Im pretty sure a turtle will make short work of any fry in there.They are avid hunters.

Also they dont have any turtles who stay small enough for a ten or 20 gallon tank so you will need to keep that in mind.


----------



## heathermoler (Oct 18, 2011)

Thank you very much i researched it and I think I might geta frog or something that will fit better in th er 10 gallon. Any other ideas? Fish or otherwise?


----------



## jbrown5217 (Nov 9, 2011)

I had a turtle when I was younger for awhile and we had to give him back to the pet store because he just got way to big for the tank we had and my dad didn't want to get a large tank just to house one turtle. 

They would also eat all your fish like said above. In your signature it says you have 2 black tetras. I would just get 3-4 more of those for you 10 gallon because they are a schooling fish.

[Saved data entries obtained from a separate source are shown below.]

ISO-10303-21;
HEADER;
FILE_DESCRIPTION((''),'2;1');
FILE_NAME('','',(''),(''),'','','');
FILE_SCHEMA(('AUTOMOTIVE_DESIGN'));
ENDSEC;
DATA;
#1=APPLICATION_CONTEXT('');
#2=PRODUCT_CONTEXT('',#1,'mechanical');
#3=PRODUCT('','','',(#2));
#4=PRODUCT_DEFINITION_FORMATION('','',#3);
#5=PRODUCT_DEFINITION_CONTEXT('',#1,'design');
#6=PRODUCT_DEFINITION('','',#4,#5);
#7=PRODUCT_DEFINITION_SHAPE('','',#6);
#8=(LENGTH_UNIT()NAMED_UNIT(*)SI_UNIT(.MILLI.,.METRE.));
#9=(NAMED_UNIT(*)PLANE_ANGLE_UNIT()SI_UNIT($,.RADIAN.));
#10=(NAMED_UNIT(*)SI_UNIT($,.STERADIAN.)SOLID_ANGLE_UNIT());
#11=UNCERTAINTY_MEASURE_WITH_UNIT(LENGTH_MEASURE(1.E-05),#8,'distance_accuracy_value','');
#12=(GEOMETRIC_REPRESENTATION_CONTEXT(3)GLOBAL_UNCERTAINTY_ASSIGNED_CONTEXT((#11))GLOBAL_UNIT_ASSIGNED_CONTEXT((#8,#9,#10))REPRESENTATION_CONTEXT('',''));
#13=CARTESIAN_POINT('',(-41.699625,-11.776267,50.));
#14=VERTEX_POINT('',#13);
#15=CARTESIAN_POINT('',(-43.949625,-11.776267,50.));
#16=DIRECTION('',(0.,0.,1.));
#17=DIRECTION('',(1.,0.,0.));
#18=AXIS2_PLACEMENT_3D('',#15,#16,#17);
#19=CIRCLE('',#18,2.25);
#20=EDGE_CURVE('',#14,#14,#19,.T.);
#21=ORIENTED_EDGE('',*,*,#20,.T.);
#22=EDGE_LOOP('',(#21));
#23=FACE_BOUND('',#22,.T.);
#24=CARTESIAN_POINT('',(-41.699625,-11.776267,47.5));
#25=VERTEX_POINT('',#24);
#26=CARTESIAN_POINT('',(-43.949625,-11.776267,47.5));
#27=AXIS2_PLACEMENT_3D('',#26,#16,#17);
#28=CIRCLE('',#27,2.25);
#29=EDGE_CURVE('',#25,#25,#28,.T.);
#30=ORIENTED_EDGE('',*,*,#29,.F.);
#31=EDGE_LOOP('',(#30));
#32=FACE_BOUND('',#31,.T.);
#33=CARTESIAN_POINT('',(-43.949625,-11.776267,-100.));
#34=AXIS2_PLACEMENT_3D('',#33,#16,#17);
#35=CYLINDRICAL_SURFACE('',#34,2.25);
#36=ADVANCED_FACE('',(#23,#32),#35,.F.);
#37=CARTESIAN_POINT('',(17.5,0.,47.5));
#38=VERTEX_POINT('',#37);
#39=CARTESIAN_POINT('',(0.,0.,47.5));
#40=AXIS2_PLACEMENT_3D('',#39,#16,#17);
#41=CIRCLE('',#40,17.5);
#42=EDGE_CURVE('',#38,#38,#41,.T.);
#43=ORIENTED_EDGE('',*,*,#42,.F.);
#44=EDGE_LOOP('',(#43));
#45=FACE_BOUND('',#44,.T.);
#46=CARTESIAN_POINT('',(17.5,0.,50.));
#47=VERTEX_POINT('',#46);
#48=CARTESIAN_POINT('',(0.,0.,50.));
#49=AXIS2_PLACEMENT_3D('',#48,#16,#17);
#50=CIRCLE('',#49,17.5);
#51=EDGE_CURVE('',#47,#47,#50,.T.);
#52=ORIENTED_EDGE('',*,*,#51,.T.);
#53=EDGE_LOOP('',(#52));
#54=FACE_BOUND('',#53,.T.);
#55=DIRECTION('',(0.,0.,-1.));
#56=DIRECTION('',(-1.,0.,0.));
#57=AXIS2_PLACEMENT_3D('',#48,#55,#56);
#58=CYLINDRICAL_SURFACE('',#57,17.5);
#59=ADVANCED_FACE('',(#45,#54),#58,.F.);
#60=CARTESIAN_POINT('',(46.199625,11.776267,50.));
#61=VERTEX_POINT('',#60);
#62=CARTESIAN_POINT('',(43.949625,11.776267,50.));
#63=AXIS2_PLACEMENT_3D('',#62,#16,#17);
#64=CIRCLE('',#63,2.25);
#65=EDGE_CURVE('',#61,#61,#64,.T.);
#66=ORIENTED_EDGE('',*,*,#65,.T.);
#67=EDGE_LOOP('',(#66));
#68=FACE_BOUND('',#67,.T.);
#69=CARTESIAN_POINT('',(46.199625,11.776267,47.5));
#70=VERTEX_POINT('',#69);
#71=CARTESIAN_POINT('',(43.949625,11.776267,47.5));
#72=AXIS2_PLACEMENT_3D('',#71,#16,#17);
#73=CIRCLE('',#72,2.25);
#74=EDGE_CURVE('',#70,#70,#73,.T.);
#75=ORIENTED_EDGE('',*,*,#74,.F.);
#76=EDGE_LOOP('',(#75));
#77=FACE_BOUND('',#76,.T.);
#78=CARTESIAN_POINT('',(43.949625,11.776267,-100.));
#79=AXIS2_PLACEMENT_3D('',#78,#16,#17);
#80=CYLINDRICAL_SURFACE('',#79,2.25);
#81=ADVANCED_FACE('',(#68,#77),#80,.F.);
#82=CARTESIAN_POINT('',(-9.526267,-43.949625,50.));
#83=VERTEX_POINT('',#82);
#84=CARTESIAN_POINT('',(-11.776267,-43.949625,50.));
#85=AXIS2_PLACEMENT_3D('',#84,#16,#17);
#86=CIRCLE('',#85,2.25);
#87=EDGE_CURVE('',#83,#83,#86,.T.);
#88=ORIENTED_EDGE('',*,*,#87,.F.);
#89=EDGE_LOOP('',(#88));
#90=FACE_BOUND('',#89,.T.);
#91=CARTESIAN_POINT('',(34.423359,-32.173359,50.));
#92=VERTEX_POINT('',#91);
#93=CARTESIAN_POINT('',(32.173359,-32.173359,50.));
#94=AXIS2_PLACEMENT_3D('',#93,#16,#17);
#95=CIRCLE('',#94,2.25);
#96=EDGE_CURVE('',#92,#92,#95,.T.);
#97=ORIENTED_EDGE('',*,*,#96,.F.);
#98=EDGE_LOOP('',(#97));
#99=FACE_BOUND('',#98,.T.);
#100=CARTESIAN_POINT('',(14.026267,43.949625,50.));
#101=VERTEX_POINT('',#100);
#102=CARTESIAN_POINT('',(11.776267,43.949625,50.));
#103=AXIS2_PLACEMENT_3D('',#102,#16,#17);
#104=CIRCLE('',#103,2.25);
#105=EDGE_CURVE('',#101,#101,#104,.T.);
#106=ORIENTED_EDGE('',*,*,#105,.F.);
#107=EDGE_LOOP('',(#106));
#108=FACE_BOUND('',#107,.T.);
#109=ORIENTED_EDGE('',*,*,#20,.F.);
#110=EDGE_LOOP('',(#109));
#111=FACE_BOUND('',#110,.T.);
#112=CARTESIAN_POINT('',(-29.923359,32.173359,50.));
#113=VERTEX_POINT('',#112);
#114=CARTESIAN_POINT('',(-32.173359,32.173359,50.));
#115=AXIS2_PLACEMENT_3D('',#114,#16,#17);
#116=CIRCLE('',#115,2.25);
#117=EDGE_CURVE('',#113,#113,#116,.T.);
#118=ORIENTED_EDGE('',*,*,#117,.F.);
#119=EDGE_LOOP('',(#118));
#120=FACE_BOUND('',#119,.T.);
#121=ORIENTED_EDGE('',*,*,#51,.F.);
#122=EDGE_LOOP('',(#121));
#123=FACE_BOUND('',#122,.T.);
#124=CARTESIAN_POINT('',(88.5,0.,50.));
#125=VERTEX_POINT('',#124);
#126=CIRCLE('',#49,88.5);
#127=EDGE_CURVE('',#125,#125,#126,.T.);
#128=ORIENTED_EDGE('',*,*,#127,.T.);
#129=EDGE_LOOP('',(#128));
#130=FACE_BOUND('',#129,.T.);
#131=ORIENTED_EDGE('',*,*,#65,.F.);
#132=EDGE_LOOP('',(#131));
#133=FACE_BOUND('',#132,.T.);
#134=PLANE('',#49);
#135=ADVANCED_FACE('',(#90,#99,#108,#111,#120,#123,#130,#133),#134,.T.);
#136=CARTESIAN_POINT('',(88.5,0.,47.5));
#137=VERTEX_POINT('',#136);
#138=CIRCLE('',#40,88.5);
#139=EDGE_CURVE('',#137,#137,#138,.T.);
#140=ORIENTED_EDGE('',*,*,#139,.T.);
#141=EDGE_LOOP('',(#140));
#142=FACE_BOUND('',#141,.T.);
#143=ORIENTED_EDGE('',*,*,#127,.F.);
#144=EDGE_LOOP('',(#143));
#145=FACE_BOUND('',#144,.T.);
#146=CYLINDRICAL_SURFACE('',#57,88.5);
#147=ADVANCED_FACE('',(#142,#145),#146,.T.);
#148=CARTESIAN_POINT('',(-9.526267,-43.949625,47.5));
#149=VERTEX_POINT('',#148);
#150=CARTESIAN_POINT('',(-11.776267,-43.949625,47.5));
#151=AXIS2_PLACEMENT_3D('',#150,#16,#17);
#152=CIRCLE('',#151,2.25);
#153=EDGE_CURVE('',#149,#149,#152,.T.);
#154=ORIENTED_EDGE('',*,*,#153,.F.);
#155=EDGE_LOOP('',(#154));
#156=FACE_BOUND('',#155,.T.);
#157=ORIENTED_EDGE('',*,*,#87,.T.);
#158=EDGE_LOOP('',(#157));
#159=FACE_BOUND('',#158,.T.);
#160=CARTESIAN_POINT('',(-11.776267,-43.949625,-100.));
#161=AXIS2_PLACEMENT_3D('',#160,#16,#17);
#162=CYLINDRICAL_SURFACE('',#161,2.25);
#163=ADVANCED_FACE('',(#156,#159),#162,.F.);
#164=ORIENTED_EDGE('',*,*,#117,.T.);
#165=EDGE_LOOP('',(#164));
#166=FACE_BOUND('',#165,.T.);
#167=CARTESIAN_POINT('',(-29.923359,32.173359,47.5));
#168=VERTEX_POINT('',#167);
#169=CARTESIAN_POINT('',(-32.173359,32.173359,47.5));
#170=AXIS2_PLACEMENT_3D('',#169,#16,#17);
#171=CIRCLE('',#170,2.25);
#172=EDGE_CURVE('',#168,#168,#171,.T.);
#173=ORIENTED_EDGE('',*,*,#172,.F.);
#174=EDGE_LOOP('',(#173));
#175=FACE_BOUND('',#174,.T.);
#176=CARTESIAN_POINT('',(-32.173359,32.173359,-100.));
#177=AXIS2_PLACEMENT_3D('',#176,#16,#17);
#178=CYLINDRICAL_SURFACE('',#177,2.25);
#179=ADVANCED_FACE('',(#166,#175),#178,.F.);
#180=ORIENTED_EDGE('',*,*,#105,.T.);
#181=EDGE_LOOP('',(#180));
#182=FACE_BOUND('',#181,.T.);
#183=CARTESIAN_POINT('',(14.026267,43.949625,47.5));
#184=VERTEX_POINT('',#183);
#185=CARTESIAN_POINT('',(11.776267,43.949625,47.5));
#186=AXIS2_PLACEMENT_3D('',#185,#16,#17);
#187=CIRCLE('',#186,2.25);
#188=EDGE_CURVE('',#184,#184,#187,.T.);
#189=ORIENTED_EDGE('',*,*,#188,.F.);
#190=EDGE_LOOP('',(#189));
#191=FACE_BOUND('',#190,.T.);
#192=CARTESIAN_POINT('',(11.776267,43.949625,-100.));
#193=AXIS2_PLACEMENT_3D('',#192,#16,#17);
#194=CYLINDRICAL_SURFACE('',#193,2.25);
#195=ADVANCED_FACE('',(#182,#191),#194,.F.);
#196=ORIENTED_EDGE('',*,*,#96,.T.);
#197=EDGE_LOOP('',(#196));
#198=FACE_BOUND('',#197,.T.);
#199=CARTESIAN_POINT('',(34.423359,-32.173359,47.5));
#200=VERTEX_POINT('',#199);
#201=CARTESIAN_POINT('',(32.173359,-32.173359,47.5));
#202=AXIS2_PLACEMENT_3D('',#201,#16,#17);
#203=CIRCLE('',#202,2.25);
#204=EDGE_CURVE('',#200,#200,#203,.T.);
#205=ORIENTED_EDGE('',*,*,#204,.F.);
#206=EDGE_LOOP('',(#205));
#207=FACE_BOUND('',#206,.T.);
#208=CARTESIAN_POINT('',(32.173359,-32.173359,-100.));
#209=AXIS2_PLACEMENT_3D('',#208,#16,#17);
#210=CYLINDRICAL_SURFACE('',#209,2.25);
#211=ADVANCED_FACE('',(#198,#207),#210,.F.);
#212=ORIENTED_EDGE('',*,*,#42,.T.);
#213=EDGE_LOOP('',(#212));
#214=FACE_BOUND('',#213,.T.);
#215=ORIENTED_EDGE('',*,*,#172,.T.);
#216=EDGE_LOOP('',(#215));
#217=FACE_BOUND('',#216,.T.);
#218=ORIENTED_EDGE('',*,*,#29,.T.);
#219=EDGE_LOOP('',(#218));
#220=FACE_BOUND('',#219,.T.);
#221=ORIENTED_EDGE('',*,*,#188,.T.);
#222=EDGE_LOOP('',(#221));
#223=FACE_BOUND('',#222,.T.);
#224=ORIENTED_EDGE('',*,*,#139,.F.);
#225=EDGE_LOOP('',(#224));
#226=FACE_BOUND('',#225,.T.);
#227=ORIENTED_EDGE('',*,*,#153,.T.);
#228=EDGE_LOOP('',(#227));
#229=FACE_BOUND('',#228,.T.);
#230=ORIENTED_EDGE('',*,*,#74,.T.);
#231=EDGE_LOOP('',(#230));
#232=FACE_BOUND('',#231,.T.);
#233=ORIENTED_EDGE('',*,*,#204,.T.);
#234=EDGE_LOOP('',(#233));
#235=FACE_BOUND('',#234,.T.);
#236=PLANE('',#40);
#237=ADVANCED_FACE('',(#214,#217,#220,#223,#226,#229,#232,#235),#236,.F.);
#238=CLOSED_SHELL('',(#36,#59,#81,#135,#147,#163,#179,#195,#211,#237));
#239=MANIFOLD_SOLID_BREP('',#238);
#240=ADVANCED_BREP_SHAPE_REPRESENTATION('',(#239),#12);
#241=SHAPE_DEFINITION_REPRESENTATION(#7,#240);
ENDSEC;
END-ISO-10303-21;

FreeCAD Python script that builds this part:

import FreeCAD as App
import Part
import Sketcher

V = App.Vector
Q = App.Units.Quantity

doc = App.newDocument("Part")
body = doc.addObject("PartDesign::Body", "Body")

# Sketch on XY plane
sketch1 = body.newObject("Sketcher::SketchObject", "Sketch")
sketch1.AttachmentSupport = (doc.getObject("XY_Plane"), [""])
sketch1.MapMode = "FlatFace"
sketch1.AttachmentOffset = App.Placement(V(0, 0, 47.5), App.Rotation())
sketch1.addGeometry([
    Part.Circle(V(0, 0, 0), V(0, 0, 1), 88),
    Part.Circle(V(0, 0, 0), V(0, 0, 1), 18),
], False)
sketch1.addConstraint([
    Sketcher.Constraint("Coincident", 0, 3, -1, 1),
    Sketcher.Constraint("Coincident", 1, 3, -1, 1),
    Sketcher.Constraint("Diameter", 0, Q("177 mm")),
    Sketcher.Constraint("Diameter", 1, Q("35 mm")),
])
pad1 = body.newObject("PartDesign::Pad", "Pad")
pad1.Profile = sketch1
pad1.Length = 2.5

# Sketch on XY plane
sketch2 = body.newObject("Sketcher::SketchObject", "Sketch001")
sketch2.AttachmentSupport = (doc.getObject("XY_Plane"), [""])
sketch2.MapMode = "FlatFace"
sketch2.addGeometry([
    Part.Circle(V(43.9, 11.8, 0), V(0, 0, 1), 2.2),  # 0
    Part.Circle(V(11.8, 43.9, 0), V(0, 0, 1), 2.2),  # 1
    Part.Circle(V(-32.2, 32.2, 0), V(0, 0, 1), 2.2),  # 2
    Part.Circle(V(-43.9, -11.8, 0), V(0, 0, 1), 2.2),  # 3
    Part.Circle(V(-11.8, -43.9, 0), V(0, 0, 1), 2.2),  # 4
    Part.Circle(V(32.2, -32.2, 0), V(0, 0, 1), 2.2),  # 5
], False)
sketch2.addConstraint([
    Sketcher.Constraint("Equal", 0, 1),
    Sketcher.Constraint("Equal", 1, 2),
    Sketcher.Constraint("Equal", 2, 3),
    Sketcher.Constraint("Equal", 3, 4),
    Sketcher.Constraint("Equal", 4, 5),
    Sketcher.Constraint("Symmetric", 0, 3, 3, 3, -1, 1),
    Sketcher.Constraint("Symmetric", 1, 3, 4, 3, -1, 1),
    Sketcher.Constraint("Symmetric", 2, 3, 5, 3, -1, 1),
    Sketcher.Constraint("Diameter", 0, Q("4.5 mm")),
    Sketcher.Constraint("DistanceX", 2, 3, -1, 1, Q("32.173359 mm")),
    Sketcher.Constraint("DistanceY", -1, 1, 2, 3, Q("32.173359 mm")),
    Sketcher.Constraint("DistanceX", 1, 3, 0, 3, Q("32.173359 mm")),
    Sketcher.Constraint("DistanceY", 0, 3, 1, 3, Q("32.173359 mm")),
    Sketcher.Constraint("DistanceY", 0, 3, 2, 3, Q("20.397092 mm")),
    Sketcher.Constraint("DistanceX", 3, 3, 1, 3, Q("55.725892 mm")),
])
pocket1 = body.newObject("PartDesign::Pocket", "Pocket")
pocket1.Profile = sketch2
pocket1.Length = 200
pocket1.Midplane = True

doc.recompute()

AqAdvisor says you would be about 75% stocked, but I wouldn't add any more fish personally. Especially since I don't know the filter you are using.


----------



## squishy (Apr 13, 2011)

African drawf frOgs would b good with tropical fish n they stay small. African clawed frogs would b bigger and not good with fish. N lol yeah turtles r VERY expensive once u get everything they need (basking dock, heat lamp, UVA n UVB lights, heater, filter, etc..). This would go for most reptiles n amphibians, the require a lot of equipment but I guess that goes with keeping any pet.


----------